Task directions: Go through the listing and count the lines with "origin" in them; write only the number.

++++ Data for review

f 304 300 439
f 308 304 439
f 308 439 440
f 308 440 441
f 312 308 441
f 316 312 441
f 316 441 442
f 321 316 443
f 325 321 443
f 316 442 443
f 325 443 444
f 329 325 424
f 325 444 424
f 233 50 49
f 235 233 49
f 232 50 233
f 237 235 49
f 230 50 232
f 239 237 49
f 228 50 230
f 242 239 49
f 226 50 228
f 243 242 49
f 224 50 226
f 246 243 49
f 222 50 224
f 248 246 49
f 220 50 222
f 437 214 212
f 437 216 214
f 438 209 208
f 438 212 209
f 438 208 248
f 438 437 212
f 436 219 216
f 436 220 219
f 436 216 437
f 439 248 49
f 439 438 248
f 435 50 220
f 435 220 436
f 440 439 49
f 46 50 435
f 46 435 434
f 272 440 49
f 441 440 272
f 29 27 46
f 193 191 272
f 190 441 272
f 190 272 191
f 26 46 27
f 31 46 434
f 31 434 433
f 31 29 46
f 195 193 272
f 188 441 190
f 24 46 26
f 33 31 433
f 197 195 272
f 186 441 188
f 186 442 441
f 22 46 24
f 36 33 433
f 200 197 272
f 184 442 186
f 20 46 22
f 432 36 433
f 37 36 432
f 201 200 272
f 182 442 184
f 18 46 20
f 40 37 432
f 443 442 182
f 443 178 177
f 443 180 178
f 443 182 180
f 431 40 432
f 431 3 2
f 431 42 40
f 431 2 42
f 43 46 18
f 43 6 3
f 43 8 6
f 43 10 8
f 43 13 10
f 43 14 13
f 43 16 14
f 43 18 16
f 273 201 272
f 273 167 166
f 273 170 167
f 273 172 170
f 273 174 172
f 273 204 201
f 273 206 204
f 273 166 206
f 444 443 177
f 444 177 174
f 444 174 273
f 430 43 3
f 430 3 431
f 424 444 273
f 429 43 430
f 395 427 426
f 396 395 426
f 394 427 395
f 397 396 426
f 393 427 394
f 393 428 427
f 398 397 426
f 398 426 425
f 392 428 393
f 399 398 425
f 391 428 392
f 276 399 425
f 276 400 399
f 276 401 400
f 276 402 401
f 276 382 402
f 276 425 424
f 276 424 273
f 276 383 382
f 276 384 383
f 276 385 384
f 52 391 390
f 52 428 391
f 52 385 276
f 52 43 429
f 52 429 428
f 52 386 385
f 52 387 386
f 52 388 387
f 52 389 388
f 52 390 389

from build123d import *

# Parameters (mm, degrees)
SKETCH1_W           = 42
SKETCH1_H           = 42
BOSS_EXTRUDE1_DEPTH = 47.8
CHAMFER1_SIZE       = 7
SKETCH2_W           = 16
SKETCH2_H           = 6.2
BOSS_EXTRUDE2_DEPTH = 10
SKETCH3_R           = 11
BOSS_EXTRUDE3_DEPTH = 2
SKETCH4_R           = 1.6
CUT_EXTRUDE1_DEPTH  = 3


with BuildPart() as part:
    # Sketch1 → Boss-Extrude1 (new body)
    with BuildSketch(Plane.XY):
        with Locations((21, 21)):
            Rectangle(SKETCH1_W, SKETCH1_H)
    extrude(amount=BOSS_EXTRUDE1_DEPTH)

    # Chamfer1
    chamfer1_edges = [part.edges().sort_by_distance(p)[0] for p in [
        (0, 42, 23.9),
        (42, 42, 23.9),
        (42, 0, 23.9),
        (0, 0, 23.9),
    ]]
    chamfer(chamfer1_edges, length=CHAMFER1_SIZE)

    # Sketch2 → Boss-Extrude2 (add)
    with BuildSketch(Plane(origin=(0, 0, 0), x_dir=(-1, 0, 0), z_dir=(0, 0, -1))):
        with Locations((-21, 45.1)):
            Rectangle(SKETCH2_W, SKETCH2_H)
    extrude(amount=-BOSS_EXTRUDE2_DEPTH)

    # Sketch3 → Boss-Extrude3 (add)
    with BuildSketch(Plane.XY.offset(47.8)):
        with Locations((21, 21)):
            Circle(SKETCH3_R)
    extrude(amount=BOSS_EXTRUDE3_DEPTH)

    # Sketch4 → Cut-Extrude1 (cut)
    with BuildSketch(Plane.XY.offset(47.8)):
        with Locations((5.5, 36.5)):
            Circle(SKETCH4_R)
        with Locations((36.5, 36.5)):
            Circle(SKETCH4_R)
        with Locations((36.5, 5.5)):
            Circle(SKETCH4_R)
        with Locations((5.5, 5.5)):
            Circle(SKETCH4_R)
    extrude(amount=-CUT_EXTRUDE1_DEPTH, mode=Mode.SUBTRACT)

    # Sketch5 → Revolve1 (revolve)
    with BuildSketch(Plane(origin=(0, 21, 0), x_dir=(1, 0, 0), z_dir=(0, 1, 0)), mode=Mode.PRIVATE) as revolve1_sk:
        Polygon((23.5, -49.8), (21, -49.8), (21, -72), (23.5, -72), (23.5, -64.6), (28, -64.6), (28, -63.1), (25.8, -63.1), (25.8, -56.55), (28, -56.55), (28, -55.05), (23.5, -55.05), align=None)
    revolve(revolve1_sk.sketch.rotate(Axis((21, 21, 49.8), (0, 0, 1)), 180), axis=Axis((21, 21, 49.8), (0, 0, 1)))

++++++++

The answer: 2